Table Mountain Spiroctenus Trapdoor Spider

Scientific classification
- Kingdom: Animalia
- Phylum: Arthropoda
- Subphylum: Chelicerata
- Class: Arachnida
- Order: Araneae
- Infraorder: Mygalomorphae
- Family: Bemmeridae
- Genus: Spiroctenus
- Species: S. collinus
- Binomial name: Spiroctenus collinus (Pocock, 1900)
- Synonyms: Hermachastes collinus Pocock, 1900 ;

= Spiroctenus collinus =

- Authority: (Pocock, 1900)

Species of spider

Spiroctenus collinus is a species of spider in the family Bemmeridae. It is endemic to the Western Cape province of South Africa.

== Distribution ==
Spiroctenus collinus is known only from the Cape Peninsula, with records from Camps Bay, Kalk Bay, Table Mountain National Park including Signal Hill and Silvermine Nature Reserve, and Tulbagh.

== Habitat ==
The species inhabits the Fynbos Biome and constructs simple burrows with a turret around the entrance.

== Description ==

Both sexes of Spiroctenus collinus are known to science.
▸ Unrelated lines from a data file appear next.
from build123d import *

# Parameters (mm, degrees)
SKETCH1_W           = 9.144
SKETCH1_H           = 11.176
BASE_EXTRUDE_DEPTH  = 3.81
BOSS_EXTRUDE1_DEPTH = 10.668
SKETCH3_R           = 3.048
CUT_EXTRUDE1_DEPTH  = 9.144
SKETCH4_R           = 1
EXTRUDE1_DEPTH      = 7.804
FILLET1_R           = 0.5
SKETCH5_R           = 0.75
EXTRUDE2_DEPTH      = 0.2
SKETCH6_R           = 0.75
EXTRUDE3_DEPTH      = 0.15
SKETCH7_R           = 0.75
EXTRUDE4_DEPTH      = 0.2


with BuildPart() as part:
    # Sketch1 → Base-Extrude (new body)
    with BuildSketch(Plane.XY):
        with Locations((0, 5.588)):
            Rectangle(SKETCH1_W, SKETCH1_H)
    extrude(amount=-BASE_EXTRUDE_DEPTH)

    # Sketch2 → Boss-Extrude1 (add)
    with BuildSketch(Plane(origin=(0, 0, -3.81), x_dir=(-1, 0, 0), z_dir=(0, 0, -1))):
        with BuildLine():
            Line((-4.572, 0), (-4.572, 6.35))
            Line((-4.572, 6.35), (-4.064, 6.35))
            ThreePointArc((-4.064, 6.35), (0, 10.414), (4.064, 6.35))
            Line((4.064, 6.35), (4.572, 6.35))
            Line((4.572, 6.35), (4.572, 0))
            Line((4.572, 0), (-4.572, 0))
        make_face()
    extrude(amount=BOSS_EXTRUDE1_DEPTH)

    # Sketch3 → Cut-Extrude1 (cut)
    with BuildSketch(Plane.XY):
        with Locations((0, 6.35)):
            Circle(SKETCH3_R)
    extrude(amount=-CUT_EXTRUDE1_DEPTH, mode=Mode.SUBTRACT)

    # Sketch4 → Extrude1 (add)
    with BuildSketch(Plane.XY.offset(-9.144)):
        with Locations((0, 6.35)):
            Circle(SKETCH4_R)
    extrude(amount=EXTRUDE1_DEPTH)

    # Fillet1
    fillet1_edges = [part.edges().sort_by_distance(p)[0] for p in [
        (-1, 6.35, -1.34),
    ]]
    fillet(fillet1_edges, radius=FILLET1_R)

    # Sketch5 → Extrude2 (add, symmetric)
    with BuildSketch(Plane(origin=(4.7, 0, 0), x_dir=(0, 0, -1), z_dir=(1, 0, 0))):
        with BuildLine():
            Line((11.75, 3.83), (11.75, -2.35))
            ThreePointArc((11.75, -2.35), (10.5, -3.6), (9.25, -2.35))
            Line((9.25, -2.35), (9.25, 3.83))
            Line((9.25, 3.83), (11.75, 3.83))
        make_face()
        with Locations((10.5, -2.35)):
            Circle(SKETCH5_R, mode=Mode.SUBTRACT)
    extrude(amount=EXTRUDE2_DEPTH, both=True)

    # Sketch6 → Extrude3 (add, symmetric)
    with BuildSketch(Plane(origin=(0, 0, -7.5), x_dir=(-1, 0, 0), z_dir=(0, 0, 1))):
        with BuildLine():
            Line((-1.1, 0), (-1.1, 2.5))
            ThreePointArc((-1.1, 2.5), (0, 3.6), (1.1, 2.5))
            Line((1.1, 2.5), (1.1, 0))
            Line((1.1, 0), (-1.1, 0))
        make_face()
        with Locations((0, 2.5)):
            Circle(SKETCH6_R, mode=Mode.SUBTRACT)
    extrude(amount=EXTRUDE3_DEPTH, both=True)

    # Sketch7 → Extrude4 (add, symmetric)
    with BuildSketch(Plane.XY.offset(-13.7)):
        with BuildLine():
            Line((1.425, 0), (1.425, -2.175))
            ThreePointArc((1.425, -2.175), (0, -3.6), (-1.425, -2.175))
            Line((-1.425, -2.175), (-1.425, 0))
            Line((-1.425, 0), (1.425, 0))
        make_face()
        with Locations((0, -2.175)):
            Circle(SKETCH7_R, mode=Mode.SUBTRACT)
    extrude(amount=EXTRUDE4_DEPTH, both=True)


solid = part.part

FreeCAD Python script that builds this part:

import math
import FreeCAD as App
import Part
import Sketcher
Q = App.Units.Quantity


def edges_at(feature, points):
    """Names of the edges that pass closest to the given points."""
    edges = feature.Shape.Edges
    near = lambda p: min(range(len(edges)), key=lambda i: edges[i].distToShape(Part.Vertex(*p))[0])
    return sorted({f"Edge{near(p) + 1}" for p in points})


def add_polygon(sketch, points):
    """Adds a closed chain of lines whose ends are joined by coincident constraints."""
    first, n = sketch.GeometryCount, len(points)
    for a, b in zip(points, points[1:] + points[:1]):
        sketch.addGeometry(Part.LineSegment(App.Vector(*a, 0), App.Vector(*b, 0)), False)
    for i in range(n):
        sketch.addConstraint(Sketcher.Constraint("Coincident", first + i, 2, first + (i + 1) % n, 1))

doc = App.newDocument("Part")
body = doc.addObject("PartDesign::Body", "Body")

sketch1 = body.newObject("Sketcher::SketchObject", "Sketch")
sketch1.AttachmentSupport = (doc.getObject("XY_Plane"), [""])
sketch1.MapMode = "FlatFace"
add_polygon(sketch1, [(-5, 11), (-5, 0), (5, 0), (5, 11)])
sketch1.addConstraint([
    Sketcher.Constraint("Vertical", 0),
    Sketcher.Constraint("Horizontal", 1),
    Sketcher.Constraint("Vertical", 2),
    Sketcher.Constraint("Horizontal", 3),
    Sketcher.Constraint("Symmetric", 0, 2, 1, 2, -1, 1),
    Sketcher.Constraint("DistanceX", 1, 1, 1, 2, Q("0.36 in")),
    Sketcher.Constraint("DistanceY", 0, 2, 0, 1, Q("0.44 in")),
])
pad1 = body.newObject("PartDesign::Pad", "Pad")
pad1.Profile = sketch1
pad1.Length = Q("0.15 in")
pad1.Reversed = True

sketch2 = body.newObject("Sketcher::SketchObject", "Sketch001")
sketch2.AttachmentSupport = (doc.getObject("XY_Plane"), [""])
sketch2.MapMode = "FlatFace"
sketch2.AttachmentOffset = App.Placement(App.Vector(0, 0, -0.15 * 25.4), App.Rotation())
sketch2.addGeometry([
    Part.LineSegment(App.Vector(4.6, 6.3, 0), App.Vector(4.6, 0, 0)),
    Part.LineSegment(App.Vector(4.6, 0, 0), App.Vector(-4.6, 0, 0)),
    Part.LineSegment(App.Vector(-4.6, 0, 0), App.Vector(-4.6, 6.3, 0)),
    Part.LineSegment(App.Vector(-4.6, 6.3, 0), App.Vector(-4.1, 6.3, 0)),
    Part.ArcOfCircle(Part.Circle(App.Vector(0, 6.3, 0), App.Vector(0, 0, 1), 4.1), math.radians(0), math.radians(180)),
    Part.LineSegment(App.Vector(4.1, 6.3, 0), App.Vector(4.6, 6.3, 0)),
], False)
sketch2.addConstraint([
    Sketcher.Constraint("Coincident", 0, 2, 1, 1),
    Sketcher.Constraint("Coincident", 1, 2, 2, 1),
    Sketcher.Constraint("Coincident", 2, 2, 3, 1),
    Sketcher.Constraint("Coincident", 3, 2, 4, 2),
    Sketcher.Constraint("Coincident", 4, 1, 5, 1),
    Sketcher.Constraint("Coincident", 5, 2, 0, 1),
    Sketcher.Constraint("Vertical", 0),
    Sketcher.Constraint("Horizontal", 1),
    Sketcher.Constraint("Vertical", 2),
    Sketcher.Constraint("Horizontal", 3),
    Sketcher.Constraint("Horizontal", 5),
    Sketcher.Constraint("Symmetric", 0, 2, 1, 2, -1, 1),
    Sketcher.Constraint("Symmetric", 3, 2, 4, 1, -2),
    Sketcher.Constraint("Horizontal", 4, 3, 2, 2),
    Sketcher.Constraint("Radius", 4, Q("0.16 in")),
    Sketcher.Constraint("DistanceX", 1, 2, 1, 1, Q("0.36 in")),
    Sketcher.Constraint("DistanceY", 0, 2, 0, 1, Q("0.25 in")),
])
pad2 = body.newObject("PartDesign::Pad", "Pad001")
pad2.Profile = sketch2
pad2.Length = Q("0.42 in")
pad2.Reversed = True

sketch3 = body.newObject("Sketcher::SketchObject", "Sketch002")
sketch3.AttachmentSupport = (doc.getObject("XY_Plane"), [""])
sketch3.MapMode = "FlatFace"
sketch3.addGeometry(Part.Circle(App.Vector(0, 6.3, 0), App.Vector(0, 0, 1), 3), False)
sketch3.addConstraint([
    Sketcher.Constraint("PointOnObject", 0, 3, -2),
    Sketcher.Constraint("Diameter", 0, Q("0.24 in")),
    Sketcher.Constraint("DistanceY", -1, 1, 0, 3, Q("0.25 in")),
])
pocket1 = body.newObject("PartDesign::Pocket", "Pocket")
pocket1.Profile = sketch3
pocket1.Length = Q("0.36 in")

sketch4 = body.newObject("Sketcher::SketchObject", "Sketch003")
sketch4.AttachmentSupport = (doc.getObject("XY_Plane"), [""])
sketch4.MapMode = "FlatFace"
sketch4.AttachmentOffset = App.Placement(App.Vector(0, 0, -0.36 * 25.4), App.Rotation())
sketch4.addGeometry(Part.Circle(App.Vector(0, 6.3, 0), App.Vector(0, 0, 1), 1), False)
sketch4.addConstraint([
    Sketcher.Constraint("PointOnObject", 0, 3, -2),
    Sketcher.Constraint("Diameter", 0, 2.0),
    Sketcher.Constraint("DistanceY", -1, 1, 0, 3, Q("0.25 in")),
])
pad3 = body.newObject("PartDesign::Pad", "Pad002")
pad3.Profile = sketch4
pad3.Length = 7.804
doc.recompute()

fillet = body.newObject("PartDesign::Fillet", "Fillet")
fillet.Base = (pad3, edges_at(pad3, [(-1, 6.35, -1.34)]))
fillet.Radius = 0.5

sketch5 = body.newObject("Sketcher::SketchObject", "Sketch004")
sketch5.AttachmentSupport = (doc.getObject("YZ_Plane"), [""])
sketch5.MapMode = "FlatFace"
sketch5.AttachmentOffset = App.Placement(App.Vector(0, 0, 4.7), App.Rotation())
sketch5.addGeometry([
    Part.LineSegment(App.Vector(-2.4, -11.8, 0), App.Vector(3.8, -11.8, 0)),
    Part.LineSegment(App.Vector(3.8, -11.8, 0), App.Vector(3.8, -9.2, 0)),
    Part.LineSegment(App.Vector(3.8, -9.2, 0), App.Vector(-2.4, -9.2, 0)),
    Part.ArcOfCircle(Part.Circle(App.Vector(-2.4, -10.5, 0), App.Vector(0, 0, 1), 1.2), math.radians(90), math.radians(270)),
    Part.Circle(App.Vector(-2.4, -10.5, 0), App.Vector(0, 0, 1), 0.8),
], False)
sketch5.addConstraint([
    Sketcher.Constraint("Coincident", 0, 2, 1, 1),
    Sketcher.Constraint("Coincident", 1, 2, 2, 1),
    Sketcher.Constraint("Tangent", 2, 2, 3, 1),
    Sketcher.Constraint("Tangent", 3, 2, 0, 1),
    Sketcher.Constraint("Horizontal", 0),
    Sketcher.Constraint("Vertical", 1),
    Sketcher.Constraint("Horizontal", 2),
    Sketcher.Constraint("Coincident", 4, 3, 3, 3),
    Sketcher.Constraint("Diameter", 4, 1.5),
    Sketcher.Constraint("Radius", 3, 1.25),
    Sketcher.Constraint("DistanceX", 0, 1, 0, 2, 6.18),
    Sketcher.Constraint("DistanceX", 3, 3, -1, 1, 2.35),
    Sketcher.Constraint("DistanceY", 3, 3, -1, 1, 10.5),
])
pad4 = body.newObject("PartDesign::Pad", "Pad003")
pad4.Profile = sketch5
pad4.Length = 0.4
pad4.Midplane = True

sketch6 = body.newObject("Sketcher::SketchObject", "Sketch005")
sketch6.AttachmentSupport = (doc.getObject("XY_Plane"), [""])
sketch6.MapMode = "FlatFace"
sketch6.AttachmentOffset = App.Placement(App.Vector(0, 0, -7.5), App.Rotation())
sketch6.addGeometry([
    Part.LineSegment(App.Vector(1.1, -2.5, 0), App.Vector(1.1, 0, 0)),
    Part.LineSegment(App.Vector(1.1, 0, 0), App.Vector(-1.1, 0, 0)),
    Part.LineSegment(App.Vector(-1.1, 0, 0), App.Vector(-1.1, -2.5, 0)),
    Part.ArcOfCircle(Part.Circle(App.Vector(0, -2.5, 0), App.Vector(0, 0, 1), 1.1), math.radians(180), math.radians(360)),
    Part.Circle(App.Vector(0, -2.5, 0), App.Vector(0, 0, 1), 0.8),
], False)
sketch6.addConstraint([
    Sketcher.Constraint("Coincident", 0, 2, 1, 1),
    Sketcher.Constraint("Coincident", 1, 2, 2, 1),
    Sketcher.Constraint("Tangent", 2, 2, 3, 1),
    Sketcher.Constraint("Tangent", 3, 2, 0, 1),
    Sketcher.Constraint("Vertical", 0),
    Sketcher.Constraint("Horizontal", 1),
    Sketcher.Constraint("Vertical", 2),
    Sketcher.Constraint("Coincident", 4, 3, 3, 3),
    Sketcher.Constraint("Symmetric", 0, 2, 1, 2, -1, 1),
    Sketcher.Constraint("Diameter", 4, 1.5),
    Sketcher.Constraint("Radius", 3, 1.1),
    Sketcher.Constraint("DistanceY", 0, 1, 0, 2, 2.5),
])
pad5 = body.newObject("PartDesign::Pad", "Pad004")
pad5.Profile = sketch6
pad5.Length = 0.3
pad5.Midplane = True

sketch7 = body.newObject("Sketcher::SketchObject", "Sketch006")
sketch7.AttachmentSupport = (doc.getObject("XY_Plane"), [""])
sketch7.MapMode = "FlatFace"
sketch7.AttachmentOffset = App.Placement(App.Vector(0, 0, -13.7), App.Rotation())
sketch7.addGeometry([
    Part.LineSegment(App.Vector(1.4, -2.2, 0), App.Vector(1.4, 0, 0)),
    Part.LineSegment(App.Vector(1.4, 0, 0), App.Vector(-1.4, 0, 0)),
    Part.LineSegment(App.Vector(-1.4, 0, 0), App.Vector(-1.4, -2.2, 0)),
    Part.ArcOfCircle(Part.Circle(App.Vector(0, -2.2, 0), App.Vector(0, 0, 1), 1.4), math.radians(180), math.radians(360)),
    Part.Circle(App.Vector(0, -2.2, 0), App.Vector(0, 0, 1), 0.8),
], False)
sketch7.addConstraint([
    Sketcher.Constraint("Coincident", 0, 2, 1, 1),
    Sketcher.Constraint("Coincident", 1, 2, 2, 1),
    Sketcher.Constraint("Tangent", 2, 2, 3, 1),
    Sketcher.Constraint("Tangent", 3, 2, 0, 1),
    Sketcher.Constraint("Vertical", 0),
    Sketcher.Constraint("Horizontal", 1),
    Sketcher.Constraint("Vertical", 2),
    Sketcher.Constraint("Coincident", 4, 3, 3, 3),
    Sketcher.Constraint("Symmetric", 0, 2, 1, 2, -1, 1),
    Sketcher.Constraint("Diameter", 4, 1.5),
    Sketcher.Constraint("Radius", 3, 1.425),
    Sketcher.Constraint("DistanceY", 0, 1, 0, 2, 2.175),
])
pad6 = body.newObject("PartDesign::Pad", "Pad005")
pad6.Profile = sketch7
pad6.Length = 0.4
pad6.Midplane = True

doc.recompute()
The carapace is ochraceous with deep olive infuscations in the cephalic region and posterior carapace, and to a lesser extent in lateral radiations from the fovea. The legs are pale ochraceous below, darkened with a brownish tinge above on the femora, and browner from the patellae onwards. The pedipalps are lighter and tinged olivaceous. The opisthosoma is darkened with a brownish tinge above, with testaceous markings posteriorly that bring out central and oblique dark lines. The sides and underside are pale testaceous with a distinct green tinge. The total length is 18 millimeters for females and 12 millimeters for males.

== Conservation ==
The species is listed as Data Deficient, as more sampling is needed to determine its current range. Historic collections from lowland sites may have been lost to urban development, but the species is protected in Table Mountain National Park.